Thank you for any feedback.
-Hunter Francis


----------



## LightFighter (9 Feb 2015)

Don't expect to get a name tape anytime soon, those can take awhile to come in(same with ID Discs). I assume you received no flags due to Clothing Stores being out of stock, eventually you will get them. The capbadge goes onto your beret(not barrett), if you do not have it, again stock issue with your local clothing stores. 

You do not need to get any of these items on your own, you will eventually get them through the system/CAF. When you parade with your unit again, bring up that you are missing flags and a capbadge to your chain of command if they are not already aware.


----------



## Fpseelground (9 Feb 2015)

Thank you, I was under the impression that I needed to complete my BMQ before I was able to wear those certain things. That's why I posted this thread.


----------



## Arty39 (10 Feb 2015)

I know for reg force bmq, you don't get your cornflake until a few weeks in. Assume reserves is the same. Then I got my trade badge after DP1. Flags are easy to come by. BMQ in St. Jean you wear a generic clear name tag that has a paper name tag inserted with your name on it the whole time.


----------



## LightFighter (10 Feb 2015)

Arty39 said:
			
		

> I know for reg force bmq, you don't get your cornflake until a few weeks in. Assume reserves is the same. Then I got my trade badge after DP1. Flags are easy to come by. BMQ in St. Jean you wear a generic clear name tag that has a paper name tag inserted with your name on it the whole time.



No, the Reserves and Regular Force do not do things the same way.  Reserve Recruits wear the Tri Service capbadge/corn flake from the start. As well, yes at CFLRS Recruits get a clear name tag, but that's at St Jean not at every Reserve Armoury running the BMQ course.

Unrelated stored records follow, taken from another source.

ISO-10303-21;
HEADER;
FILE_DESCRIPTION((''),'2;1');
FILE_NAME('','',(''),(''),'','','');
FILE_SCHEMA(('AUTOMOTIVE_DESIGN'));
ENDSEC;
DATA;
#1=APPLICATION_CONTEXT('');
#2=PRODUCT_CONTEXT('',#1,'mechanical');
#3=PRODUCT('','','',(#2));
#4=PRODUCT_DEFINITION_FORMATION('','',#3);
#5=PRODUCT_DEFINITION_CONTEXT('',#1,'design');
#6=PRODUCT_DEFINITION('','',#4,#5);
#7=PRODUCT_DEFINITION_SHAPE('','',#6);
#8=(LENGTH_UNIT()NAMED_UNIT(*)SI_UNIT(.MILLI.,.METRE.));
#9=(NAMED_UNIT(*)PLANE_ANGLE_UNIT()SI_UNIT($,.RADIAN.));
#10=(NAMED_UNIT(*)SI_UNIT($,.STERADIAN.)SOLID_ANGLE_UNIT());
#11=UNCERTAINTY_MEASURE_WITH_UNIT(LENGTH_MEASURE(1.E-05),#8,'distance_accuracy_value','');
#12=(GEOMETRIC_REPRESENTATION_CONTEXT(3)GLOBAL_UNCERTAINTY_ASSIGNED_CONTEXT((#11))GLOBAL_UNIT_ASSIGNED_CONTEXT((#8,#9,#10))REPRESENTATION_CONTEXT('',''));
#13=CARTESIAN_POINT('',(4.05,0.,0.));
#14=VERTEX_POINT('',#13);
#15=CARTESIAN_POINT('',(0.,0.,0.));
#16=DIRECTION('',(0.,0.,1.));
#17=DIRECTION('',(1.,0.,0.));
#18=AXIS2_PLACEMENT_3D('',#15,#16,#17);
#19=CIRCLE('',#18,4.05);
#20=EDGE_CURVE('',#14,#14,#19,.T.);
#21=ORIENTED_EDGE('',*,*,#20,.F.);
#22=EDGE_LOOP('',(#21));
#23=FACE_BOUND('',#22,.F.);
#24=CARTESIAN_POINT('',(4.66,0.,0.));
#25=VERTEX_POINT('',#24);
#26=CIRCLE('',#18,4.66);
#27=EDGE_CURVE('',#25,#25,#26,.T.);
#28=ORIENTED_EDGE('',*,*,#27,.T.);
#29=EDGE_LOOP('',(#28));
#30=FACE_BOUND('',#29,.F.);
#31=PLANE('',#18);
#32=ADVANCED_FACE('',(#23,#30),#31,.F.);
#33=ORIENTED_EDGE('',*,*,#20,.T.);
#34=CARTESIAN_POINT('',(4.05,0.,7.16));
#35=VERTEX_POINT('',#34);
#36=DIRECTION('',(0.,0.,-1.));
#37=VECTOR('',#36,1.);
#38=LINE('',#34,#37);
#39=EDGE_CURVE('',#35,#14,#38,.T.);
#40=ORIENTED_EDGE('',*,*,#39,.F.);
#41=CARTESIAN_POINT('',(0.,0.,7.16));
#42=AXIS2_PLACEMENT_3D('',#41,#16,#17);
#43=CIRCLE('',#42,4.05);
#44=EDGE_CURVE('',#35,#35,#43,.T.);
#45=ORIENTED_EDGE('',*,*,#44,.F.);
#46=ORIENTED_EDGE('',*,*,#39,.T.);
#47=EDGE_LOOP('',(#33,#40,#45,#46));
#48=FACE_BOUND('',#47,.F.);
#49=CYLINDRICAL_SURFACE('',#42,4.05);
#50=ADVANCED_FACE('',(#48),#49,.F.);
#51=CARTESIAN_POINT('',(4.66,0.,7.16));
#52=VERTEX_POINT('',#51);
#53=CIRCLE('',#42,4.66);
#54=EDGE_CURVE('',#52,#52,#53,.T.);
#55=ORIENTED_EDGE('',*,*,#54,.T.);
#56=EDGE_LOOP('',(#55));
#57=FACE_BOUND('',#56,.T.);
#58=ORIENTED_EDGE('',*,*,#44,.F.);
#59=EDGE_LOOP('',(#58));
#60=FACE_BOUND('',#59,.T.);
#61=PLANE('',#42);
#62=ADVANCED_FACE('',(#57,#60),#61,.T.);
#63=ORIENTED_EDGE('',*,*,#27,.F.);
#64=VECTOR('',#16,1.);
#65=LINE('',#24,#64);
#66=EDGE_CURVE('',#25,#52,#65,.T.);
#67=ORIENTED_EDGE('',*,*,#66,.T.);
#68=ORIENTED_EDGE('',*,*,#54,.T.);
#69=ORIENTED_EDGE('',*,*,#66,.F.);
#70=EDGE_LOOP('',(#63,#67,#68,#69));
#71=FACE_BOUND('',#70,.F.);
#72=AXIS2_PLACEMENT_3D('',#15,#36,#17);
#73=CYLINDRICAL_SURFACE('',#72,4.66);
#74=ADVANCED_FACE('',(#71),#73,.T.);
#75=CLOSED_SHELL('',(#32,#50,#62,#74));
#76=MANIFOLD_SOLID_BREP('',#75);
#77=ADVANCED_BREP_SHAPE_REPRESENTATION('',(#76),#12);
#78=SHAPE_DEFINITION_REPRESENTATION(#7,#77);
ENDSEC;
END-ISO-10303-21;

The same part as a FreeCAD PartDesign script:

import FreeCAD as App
import Part
import Sketcher
from FreeCAD import Vector

doc = App.newDocument("Part")
body = doc.addObject("PartDesign::Body", "Body")

# Sketch on XY plane
sketch1 = body.newObject("Sketcher::SketchObject", "Sketch")
sketch1.AttachmentSupport = (doc.getObject("XY_Plane"), [""])
sketch1.MapMode = "FlatFace"
sketch1.addGeometry(Part.Circle(Vector(0, 0, 0), Vector(0, 0, 1), 4.66), False)
sketch1.addConstraint([
    Sketcher.Constraint("Coincident", 0, 3, -1, 1),
    Sketcher.Constraint("Diameter", 0, 9.32),
])
pad1 = body.newObject("PartDesign::Pad", "Pad")
pad1.Profile = sketch1
pad1.Length = 7.16

# Sketch on XY plane
sketch2 = body.newObject("Sketcher::SketchObject", "Sketch001")
sketch2.AttachmentSupport = (doc.getObject("XY_Plane"), [""])
sketch2.MapMode = "FlatFace"
sketch2.AttachmentOffset = App.Placement(Vector(0, 0, 7.16), App.Rotation())
sketch2.addGeometry(Part.Circle(Vector(0, 0, 0), Vector(0, 0, 1), 4.05), False)
sketch2.addConstraint([
    Sketcher.Constraint("Coincident", 0, 3, -1, 1),
    Sketcher.Constraint("Diameter", 0, 8.1),
])
pocket1 = body.newObject("PartDesign::Pocket", "Pocket")
pocket1.Profile = sketch2
pocket1.Type = "ThroughAll"

doc.recompute()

*edit for grammar and clarity*


----------



## RedcapCrusader (10 Feb 2015)

LightFighter said:
			
		

> No, Reserves and Regular Force do not do things the same way.  Reservists Recruits wear the Tri Service capbadge/corn flake from the start. As well, that's great that at St Jean Recruits get a clear name tag, but that's at St Jean not at the Reserve Armouries running the BMQ course.



Also depends on location. Some Battle Schools will, some won't.


----------



## Oscar590 (11 Feb 2015)

LightFighter said:
			
		

> No, the Reserves and Regular Force do not do things the same way.  Reserve Recruits wear the Tri Service capbadge/corn flake from the start. As well, yes at CFLRS Recruits get a clear name tag, but that's at St Jean not at every Reserve Armoury running the BMQ course.
> 
> *edit for grammar and clarity*


On my BMQ we weren't allowed to wear our cornflakes until we passed our drill exam. However, on Wednesday parade nights with the unit we were told to put the cornflakes on so I believe it is dependent on the course staff. 

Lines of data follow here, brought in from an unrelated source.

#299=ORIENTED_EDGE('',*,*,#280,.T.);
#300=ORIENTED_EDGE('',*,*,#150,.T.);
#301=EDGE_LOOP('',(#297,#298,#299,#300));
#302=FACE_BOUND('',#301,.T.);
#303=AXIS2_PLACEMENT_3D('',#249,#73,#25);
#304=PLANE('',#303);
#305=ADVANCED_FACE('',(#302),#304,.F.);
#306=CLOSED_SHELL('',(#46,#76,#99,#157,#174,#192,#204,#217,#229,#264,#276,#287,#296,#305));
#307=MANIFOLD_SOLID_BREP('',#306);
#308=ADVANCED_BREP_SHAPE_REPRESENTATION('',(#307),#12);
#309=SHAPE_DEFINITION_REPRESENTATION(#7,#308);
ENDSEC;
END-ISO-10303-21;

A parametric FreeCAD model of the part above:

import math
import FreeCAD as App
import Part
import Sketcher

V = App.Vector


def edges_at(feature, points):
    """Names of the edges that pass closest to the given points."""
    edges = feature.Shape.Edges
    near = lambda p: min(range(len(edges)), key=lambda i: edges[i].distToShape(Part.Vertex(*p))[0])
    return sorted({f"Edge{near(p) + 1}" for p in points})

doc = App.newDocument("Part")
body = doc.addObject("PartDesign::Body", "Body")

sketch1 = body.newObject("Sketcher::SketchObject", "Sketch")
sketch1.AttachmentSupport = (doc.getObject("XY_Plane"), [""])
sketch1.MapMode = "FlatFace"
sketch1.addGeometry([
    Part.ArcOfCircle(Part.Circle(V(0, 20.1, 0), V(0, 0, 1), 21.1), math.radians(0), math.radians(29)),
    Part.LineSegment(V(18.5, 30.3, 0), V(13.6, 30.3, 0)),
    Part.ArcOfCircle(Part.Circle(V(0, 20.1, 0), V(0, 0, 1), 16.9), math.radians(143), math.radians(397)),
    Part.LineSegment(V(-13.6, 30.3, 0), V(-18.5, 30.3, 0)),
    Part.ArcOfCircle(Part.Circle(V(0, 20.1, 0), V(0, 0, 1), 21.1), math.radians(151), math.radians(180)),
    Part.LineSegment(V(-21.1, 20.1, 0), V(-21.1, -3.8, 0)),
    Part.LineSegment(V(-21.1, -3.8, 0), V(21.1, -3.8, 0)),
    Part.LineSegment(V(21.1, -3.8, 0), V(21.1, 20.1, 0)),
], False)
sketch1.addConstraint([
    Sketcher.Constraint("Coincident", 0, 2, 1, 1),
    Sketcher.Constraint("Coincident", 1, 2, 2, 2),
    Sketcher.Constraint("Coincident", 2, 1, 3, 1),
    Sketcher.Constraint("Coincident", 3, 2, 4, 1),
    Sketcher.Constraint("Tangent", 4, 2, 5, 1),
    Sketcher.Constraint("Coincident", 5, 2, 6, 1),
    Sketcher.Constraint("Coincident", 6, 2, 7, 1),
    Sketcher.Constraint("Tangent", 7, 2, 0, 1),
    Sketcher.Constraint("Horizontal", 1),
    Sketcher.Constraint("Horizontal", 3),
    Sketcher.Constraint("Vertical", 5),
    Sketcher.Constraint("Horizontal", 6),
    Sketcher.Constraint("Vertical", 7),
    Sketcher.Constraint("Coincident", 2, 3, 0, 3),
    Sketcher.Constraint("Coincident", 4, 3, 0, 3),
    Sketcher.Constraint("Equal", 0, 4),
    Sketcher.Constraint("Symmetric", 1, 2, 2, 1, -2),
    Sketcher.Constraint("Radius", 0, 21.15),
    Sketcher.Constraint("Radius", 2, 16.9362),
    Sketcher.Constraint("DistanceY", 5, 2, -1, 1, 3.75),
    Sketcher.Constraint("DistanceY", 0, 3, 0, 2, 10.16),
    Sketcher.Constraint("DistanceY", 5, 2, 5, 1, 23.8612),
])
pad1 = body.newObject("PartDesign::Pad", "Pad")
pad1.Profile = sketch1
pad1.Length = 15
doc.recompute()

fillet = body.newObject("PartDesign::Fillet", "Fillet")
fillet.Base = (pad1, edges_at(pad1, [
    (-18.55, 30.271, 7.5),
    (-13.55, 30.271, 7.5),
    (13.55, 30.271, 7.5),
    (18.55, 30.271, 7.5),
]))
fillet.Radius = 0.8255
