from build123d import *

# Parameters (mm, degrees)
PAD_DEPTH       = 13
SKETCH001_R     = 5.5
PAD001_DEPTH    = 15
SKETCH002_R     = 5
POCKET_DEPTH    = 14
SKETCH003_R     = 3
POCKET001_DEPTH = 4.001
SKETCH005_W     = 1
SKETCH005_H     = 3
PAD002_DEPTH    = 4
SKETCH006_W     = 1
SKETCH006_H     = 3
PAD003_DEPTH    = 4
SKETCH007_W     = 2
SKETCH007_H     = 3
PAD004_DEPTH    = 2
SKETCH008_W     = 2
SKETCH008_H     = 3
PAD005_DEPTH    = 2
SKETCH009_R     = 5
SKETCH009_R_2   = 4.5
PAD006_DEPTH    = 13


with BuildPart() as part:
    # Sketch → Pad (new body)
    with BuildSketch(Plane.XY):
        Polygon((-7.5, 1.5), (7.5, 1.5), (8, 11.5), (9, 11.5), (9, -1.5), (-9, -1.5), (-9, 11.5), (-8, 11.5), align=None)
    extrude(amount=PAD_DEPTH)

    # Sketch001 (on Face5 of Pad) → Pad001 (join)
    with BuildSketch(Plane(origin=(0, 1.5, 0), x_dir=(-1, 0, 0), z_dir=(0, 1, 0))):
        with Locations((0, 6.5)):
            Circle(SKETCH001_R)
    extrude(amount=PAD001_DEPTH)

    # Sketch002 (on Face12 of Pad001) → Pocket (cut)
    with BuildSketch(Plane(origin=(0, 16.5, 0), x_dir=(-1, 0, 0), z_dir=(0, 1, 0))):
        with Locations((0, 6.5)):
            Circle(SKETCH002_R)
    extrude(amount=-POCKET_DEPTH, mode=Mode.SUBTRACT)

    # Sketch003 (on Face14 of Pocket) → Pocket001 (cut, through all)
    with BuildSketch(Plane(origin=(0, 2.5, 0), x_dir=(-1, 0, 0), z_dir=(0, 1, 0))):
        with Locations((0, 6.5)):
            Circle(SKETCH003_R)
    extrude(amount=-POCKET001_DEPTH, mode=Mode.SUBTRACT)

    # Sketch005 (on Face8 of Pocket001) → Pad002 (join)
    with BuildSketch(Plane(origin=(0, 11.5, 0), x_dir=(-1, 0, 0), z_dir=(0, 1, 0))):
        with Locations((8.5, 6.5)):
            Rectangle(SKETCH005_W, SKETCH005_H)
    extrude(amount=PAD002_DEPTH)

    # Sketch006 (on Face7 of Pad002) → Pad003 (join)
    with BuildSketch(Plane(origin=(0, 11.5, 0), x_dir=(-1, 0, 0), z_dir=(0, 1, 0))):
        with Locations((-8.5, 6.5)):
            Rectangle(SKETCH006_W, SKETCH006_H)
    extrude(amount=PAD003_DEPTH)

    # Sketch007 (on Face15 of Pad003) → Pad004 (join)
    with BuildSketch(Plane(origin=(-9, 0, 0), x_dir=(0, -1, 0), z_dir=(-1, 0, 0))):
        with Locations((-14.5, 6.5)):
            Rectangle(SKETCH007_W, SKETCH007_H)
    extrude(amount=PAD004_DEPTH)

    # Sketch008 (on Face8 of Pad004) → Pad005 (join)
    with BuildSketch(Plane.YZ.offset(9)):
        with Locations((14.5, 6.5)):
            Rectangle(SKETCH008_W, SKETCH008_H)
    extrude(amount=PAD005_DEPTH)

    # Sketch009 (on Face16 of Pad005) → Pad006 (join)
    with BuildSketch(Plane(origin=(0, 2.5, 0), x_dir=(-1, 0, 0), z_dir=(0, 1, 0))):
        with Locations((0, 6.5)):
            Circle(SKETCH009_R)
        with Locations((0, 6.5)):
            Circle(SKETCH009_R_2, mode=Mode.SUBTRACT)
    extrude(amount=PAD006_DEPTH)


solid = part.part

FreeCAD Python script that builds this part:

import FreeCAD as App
import Part
import Sketcher

doc = App.newDocument("Part")
body = doc.addObject("PartDesign::Body", "Body")

# Sketch on XY plane
sketch1 = body.newObject("Sketcher::SketchObject", "Sketch")
sketch1.AttachmentSupport = (doc.getObject("XY_Plane"), [""])
sketch1.MapMode = "FlatFace"
sketch1.addGeometry([
    Part.LineSegment(App.Vector(7.5, 1.5, 0), App.Vector(-7.5, 1.5, 0)),  # 0
    Part.LineSegment(App.Vector(-7.5, 1.5, 0), App.Vector(-8, 11.5, 0)),  # 1
    Part.LineSegment(App.Vector(-8, 11.5, 0), App.Vector(-9, 11.5, 0)),  # 2
    Part.LineSegment(App.Vector(-9, 11.5, 0), App.Vector(-9, -1.5, 0)),  # 3
    Part.LineSegment(App.Vector(-9, -1.5, 0), App.Vector(9, -1.5, 0)),  # 4
    Part.LineSegment(App.Vector(9, -1.5, 0), App.Vector(9, 11.5, 0)),  # 5
    Part.LineSegment(App.Vector(9, 11.5, 0), App.Vector(8, 11.5, 0)),  # 6
    Part.LineSegment(App.Vector(8, 11.5, 0), App.Vector(7.5, 1.5, 0)),  # 7
], False)
sketch1.addConstraint([
    Sketcher.Constraint("Coincident", 0, 2, 1, 1),
    Sketcher.Constraint("Coincident", 1, 2, 2, 1),
    Sketcher.Constraint("Coincident", 2, 2, 3, 1),
    Sketcher.Constraint("Coincident", 3, 2, 4, 1),
    Sketcher.Constraint("Coincident", 4, 2, 5, 1),
    Sketcher.Constraint("Coincident", 5, 2, 6, 1),
    Sketcher.Constraint("Coincident", 6, 2, 7, 1),
    Sketcher.Constraint("Coincident", 7, 2, 0, 1),
    Sketcher.Constraint("Horizontal", 0),
    Sketcher.Constraint("Horizontal", 2),
    Sketcher.Constraint("Vertical", 3),
    Sketcher.Constraint("Horizontal", 4),
    Sketcher.Constraint("Vertical", 5),
    Sketcher.Constraint("Horizontal", 6),
    Sketcher.Constraint("Symmetric", 2, 2, 5, 2, -2),
    Sketcher.Constraint("Equal", 2, 6),
    Sketcher.Constraint("Equal", 1, 7),
    Sketcher.Constraint("DistanceX", 0, 2, 0, 1, 15.0),
    Sketcher.Constraint("DistanceX", 2, 2, 2, 1, 1.0),
    Sketcher.Constraint("DistanceX", 4, 1, 4, 2, 18.0),
    Sketcher.Constraint("DistanceY", 3, 2, 3, 1, 13.0),
    Sketcher.Constraint("DistanceY", 0, 2, 1, 2, 10.0),
    Sketcher.Constraint("DistanceY", -1, 1, 0, 2, 1.5),
])
pad1 = body.newObject("PartDesign::Pad", "Pad")
pad1.Profile = sketch1
pad1.Length = 13

# Sketch on XZ plane
sketch2 = body.newObject("Sketcher::SketchObject", "Sketch001")
sketch2.AttachmentSupport = (doc.getObject("XZ_Plane"), [""])
sketch2.MapMode = "FlatFace"
sketch2.AttachmentOffset = App.Placement(App.Vector(0, 0, -1.5), App.Rotation())
sketch2.addGeometry(Part.Circle(App.Vector(0, 6.5, 0), App.Vector(0, 0, 1), 5.5), False)
sketch2.addConstraint([
    Sketcher.Constraint("PointOnObject", 0, 3, -2),
    Sketcher.Constraint("Diameter", 0, 11.0),
    Sketcher.Constraint("DistanceY", -1, 1, 0, 3, 6.5),
])
pad2 = body.newObject("PartDesign::Pad", "Pad001")
pad2.Profile = sketch2
pad2.Length = 15
pad2.Reversed = True

# Sketch on XZ plane
sketch3 = body.newObject("Sketcher::SketchObject", "Sketch002")
sketch3.AttachmentSupport = (doc.getObject("XZ_Plane"), [""])
sketch3.MapMode = "FlatFace"
sketch3.AttachmentOffset = App.Placement(App.Vector(0, 0, -16.5), App.Rotation())
sketch3.addGeometry(Part.Circle(App.Vector(0, 6.5, 0), App.Vector(0, 0, 1), 5), False)
sketch3.addConstraint([
    Sketcher.Constraint("PointOnObject", 0, 3, -2),
    Sketcher.Constraint("Diameter", 0, 10.0),
    Sketcher.Constraint("DistanceY", -1, 1, 0, 3, 6.5),
])
pocket1 = body.newObject("PartDesign::Pocket", "Pocket")
pocket1.Profile = sketch3
pocket1.Length = 14
pocket1.Reversed = True

# Sketch on XZ plane
sketch4 = body.newObject("Sketcher::SketchObject", "Sketch003")
sketch4.AttachmentSupport = (doc.getObject("XZ_Plane"), [""])
sketch4.MapMode = "FlatFace"
sketch4.AttachmentOffset = App.Placement(App.Vector(0, 0, -2.5), App.Rotation())
sketch4.addGeometry(Part.Circle(App.Vector(0, 6.5, 0), App.Vector(0, 0, 1), 3), False)
sketch4.addConstraint([
    Sketcher.Constraint("PointOnObject", 0, 3, -2),
    Sketcher.Constraint("Diameter", 0, 6.0),
    Sketcher.Constraint("DistanceY", -1, 1, 0, 3, 6.5),
])
pocket2 = body.newObject("PartDesign::Pocket", "Pocket001")
pocket2.Profile = sketch4
pocket2.Type = "ThroughAll"
pocket2.Reversed = True

# Sketch on XZ plane
sketch5 = body.newObject("Sketcher::SketchObject", "Sketch004")
sketch5.AttachmentSupport = (doc.getObject("XZ_Plane"), [""])
sketch5.MapMode = "FlatFace"
sketch5.AttachmentOffset = App.Placement(App.Vector(0, 0, -11.5), App.Rotation())
sketch5.addGeometry([
    Part.LineSegment(App.Vector(-8, 8, 0), App.Vector(-8, 5, 0)),
    Part.LineSegment(App.Vector(-8, 5, 0), App.Vector(-9, 5, 0)),
    Part.LineSegment(App.Vector(-9, 5, 0), App.Vector(-9, 8, 0)),
    Part.LineSegment(App.Vector(-9, 8, 0), App.Vector(-8, 8, 0)),
], False)
sketch5.addConstraint([
    Sketcher.Constraint("Coincident", 0, 2, 1, 1),
    Sketcher.Constraint("Coincident", 1, 2, 2, 1),
    Sketcher.Constraint("Coincident", 2, 2, 3, 1),
    Sketcher.Constraint("Coincident", 3, 2, 0, 1),
    Sketcher.Constraint("Vertical", 0),
    Sketcher.Constraint("Horizontal", 1),
    Sketcher.Constraint("Vertical", 2),
    Sketcher.Constraint("Horizontal", 3),
    Sketcher.Constraint("DistanceX", 1, 2, 1, 1, 1.0),
    Sketcher.Constraint("DistanceY", 0, 2, 0, 1, 3.0),
    Sketcher.Constraint("DistanceX", 0, 2, -1, 1, 8.0),
    Sketcher.Constraint("DistanceY", -1, 1, 0, 2, 5.0),
])
pad3 = body.newObject("PartDesign::Pad", "Pad002")
pad3.Profile = sketch5
pad3.Length = 4
pad3.Reversed = True

# Sketch on XZ plane
sketch6 = body.newObject("Sketcher::SketchObject", "Sketch005")
sketch6.AttachmentSupport = (doc.getObject("XZ_Plane"), [""])
sketch6.MapMode = "FlatFace"
sketch6.AttachmentOffset = App.Placement(App.Vector(0, 0, -11.5), App.Rotation())
sketch6.addGeometry([
    Part.LineSegment(App.Vector(9, 8, 0), App.Vector(9, 5, 0)),
    Part.LineSegment(App.Vector(9, 5, 0), App.Vector(8, 5, 0)),
    Part.LineSegment(App.Vector(8, 5, 0), App.Vector(8, 8, 0)),
    Part.LineSegment(App.Vector(8, 8, 0), App.Vector(9, 8, 0)),
], False)
sketch6.addConstraint([
    Sketcher.Constraint("Coincident", 0, 2, 1, 1),
    Sketcher.Constraint("Coincident", 1, 2, 2, 1),
    Sketcher.Constraint("Coincident", 2, 2, 3, 1),
    Sketcher.Constraint("Coincident", 3, 2, 0, 1),
    Sketcher.Constraint("Vertical", 0),
    Sketcher.Constraint("Horizontal", 1),
    Sketcher.Constraint("Vertical", 2),
    Sketcher.Constraint("Horizontal", 3),
    Sketcher.Constraint("DistanceX", 1, 2, 1, 1, 1.0),
    Sketcher.Constraint("DistanceY", 0, 2, 0, 1, 3.0),
    Sketcher.Constraint("DistanceX", -1, 1, 0, 2, 9.0),
    Sketcher.Constraint("DistanceY", -1, 1, 0, 2, 5.0),
])
pad4 = body.newObject("PartDesign::Pad", "Pad003")
pad4.Profile = sketch6
pad4.Length = 4
pad4.Reversed = True

# Sketch on YZ plane
sketch7 = body.newObject("Sketcher::SketchObject", "Sketch006")
sketch7.AttachmentSupport = (doc.getObject("YZ_Plane"), [""])
sketch7.MapMode = "FlatFace"
sketch7.AttachmentOffset = App.Placement(App.Vector(0, 0, -9), App.Rotation())
sketch7.addGeometry([
    Part.LineSegment(App.Vector(15.5, 8, 0), App.Vector(15.5, 5, 0)),
    Part.LineSegment(App.Vector(15.5, 5, 0), App.Vector(13.5, 5, 0)),
    Part.LineSegment(App.Vector(13.5, 5, 0), App.Vector(13.5, 8, 0)),
    Part.LineSegment(App.Vector(13.5, 8, 0), App.Vector(15.5, 8, 0)),
], False)
sketch7.addConstraint([
    Sketcher.Constraint("Coincident", 0, 2, 1, 1),
    Sketcher.Constraint("Coincident", 1, 2, 2, 1),
    Sketcher.Constraint("Coincident", 2, 2, 3, 1),
    Sketcher.Constraint("Coincident", 3, 2, 0, 1),
    Sketcher.Constraint("Vertical", 0),
    Sketcher.Constraint("Horizontal", 1),
    Sketcher.Constraint("Vertical", 2),
    Sketcher.Constraint("Horizontal", 3),
    Sketcher.Constraint("DistanceX", 1, 2, 1, 1, 2.0),
    Sketcher.Constraint("DistanceY", 0, 2, 0, 1, 3.0),
    Sketcher.Constraint("DistanceY", -1, 1, 0, 2, 5.0),
    Sketcher.Constraint("DistanceX", -1, 1, 0, 2, 15.5),
])
pad5 = body.newObject("PartDesign::Pad", "Pad004")
pad5.Profile = sketch7
pad5.Length = 2
pad5.Reversed = True

# Sketch on YZ plane
sketch8 = body.newObject("Sketcher::SketchObject", "Sketch007")
sketch8.AttachmentSupport = (doc.getObject("YZ_Plane"), [""])
sketch8.MapMode = "FlatFace"
sketch8.AttachmentOffset = App.Placement(App.Vector(0, 0, 9), App.Rotation())
sketch8.addGeometry([
    Part.LineSegment(App.Vector(13.5, 8, 0), App.Vector(13.5, 5, 0)),
    Part.LineSegment(App.Vector(13.5, 5, 0), App.Vector(15.5, 5, 0)),
    Part.LineSegment(App.Vector(15.5, 5, 0), App.Vector(15.5, 8, 0)),
    Part.LineSegment(App.Vector(15.5, 8, 0), App.Vector(13.5, 8, 0)),
], False)
sketch8.addConstraint([
    Sketcher.Constraint("Coincident", 0, 2, 1, 1),
    Sketcher.Constraint("Coincident", 1, 2, 2, 1),
    Sketcher.Constraint("Coincident", 2, 2, 3, 1),
    Sketcher.Constraint("Coincident", 3, 2, 0, 1),
    Sketcher.Constraint("Vertical", 0),
    Sketcher.Constraint("Horizontal", 1),
    Sketcher.Constraint("Vertical", 2),
    Sketcher.Constraint("Horizontal", 3),
    Sketcher.Constraint("DistanceX", 1, 1, 1, 2, 2.0),
    Sketcher.Constraint("DistanceY", 0, 2, 0, 1, 3.0),
    Sketcher.Constraint("DistanceY", -1, 1, 0, 2, 5.0),
    Sketcher.Constraint("DistanceX", -1, 1, 0, 2, 13.5),
])
pad6 = body.newObject("PartDesign::Pad", "Pad005")
pad6.Profile = sketch8
pad6.Length = 2

# Sketch on XZ plane
sketch9 = body.newObject("Sketcher::SketchObject", "Sketch008")
sketch9.AttachmentSupport = (doc.getObject("XZ_Plane"), [""])
sketch9.MapMode = "FlatFace"
sketch9.AttachmentOffset = App.Placement(App.Vector(0, 0, -2.5), App.Rotation())
sketch9.addGeometry([
    Part.Circle(App.Vector(0, 6.5, 0), App.Vector(0, 0, 1), 5),
    Part.Circle(App.Vector(0, 6.5, 0), App.Vector(0, 0, 1), 4.5),
], False)
sketch9.addConstraint([
    Sketcher.Constraint("Coincident", 1, 3, 0, 3),
    Sketcher.Constraint("PointOnObject", 0, 3, -2),
    Sketcher.Constraint("Diameter", 0, 10.0),
    Sketcher.Constraint("Diameter", 1, 9.0),
    Sketcher.Constraint("DistanceY", -1, 1, 0, 3, 6.5),
])
pad7 = body.newObject("PartDesign::Pad", "Pad006")
pad7.Profile = sketch9
pad7.Length = 13
pad7.Reversed = True

doc.recompute()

Good luck getting a nametag, some people get tired of waiting over a year for them and just order them from CP Gear.


----------



## LightFighter (11 Feb 2015)

Lean-N-Supreme said:
			
		

> On my BMQ we weren't allowed to wear our cornflakes until we passed our drill exam. However, on Wednesday parade nights with the unit we were told to put the cornflakes on so I believe it is dependent on the course staff.



Yes, some courses recruits wear the capbadge from the start when they are shown how to wear the uniform, etc. While, other courses will have recruits wear the cap badge later on in the course.  There is no standard across the board, so yes it will vary from area to area. In addition to that, units may have recruits wear the cap badge on parade nights, which might be different than what is done on the recruit's BMQ.


----------



## krimynal (11 Feb 2015)

at my unit we had to wear it from the start.  Really depends


----------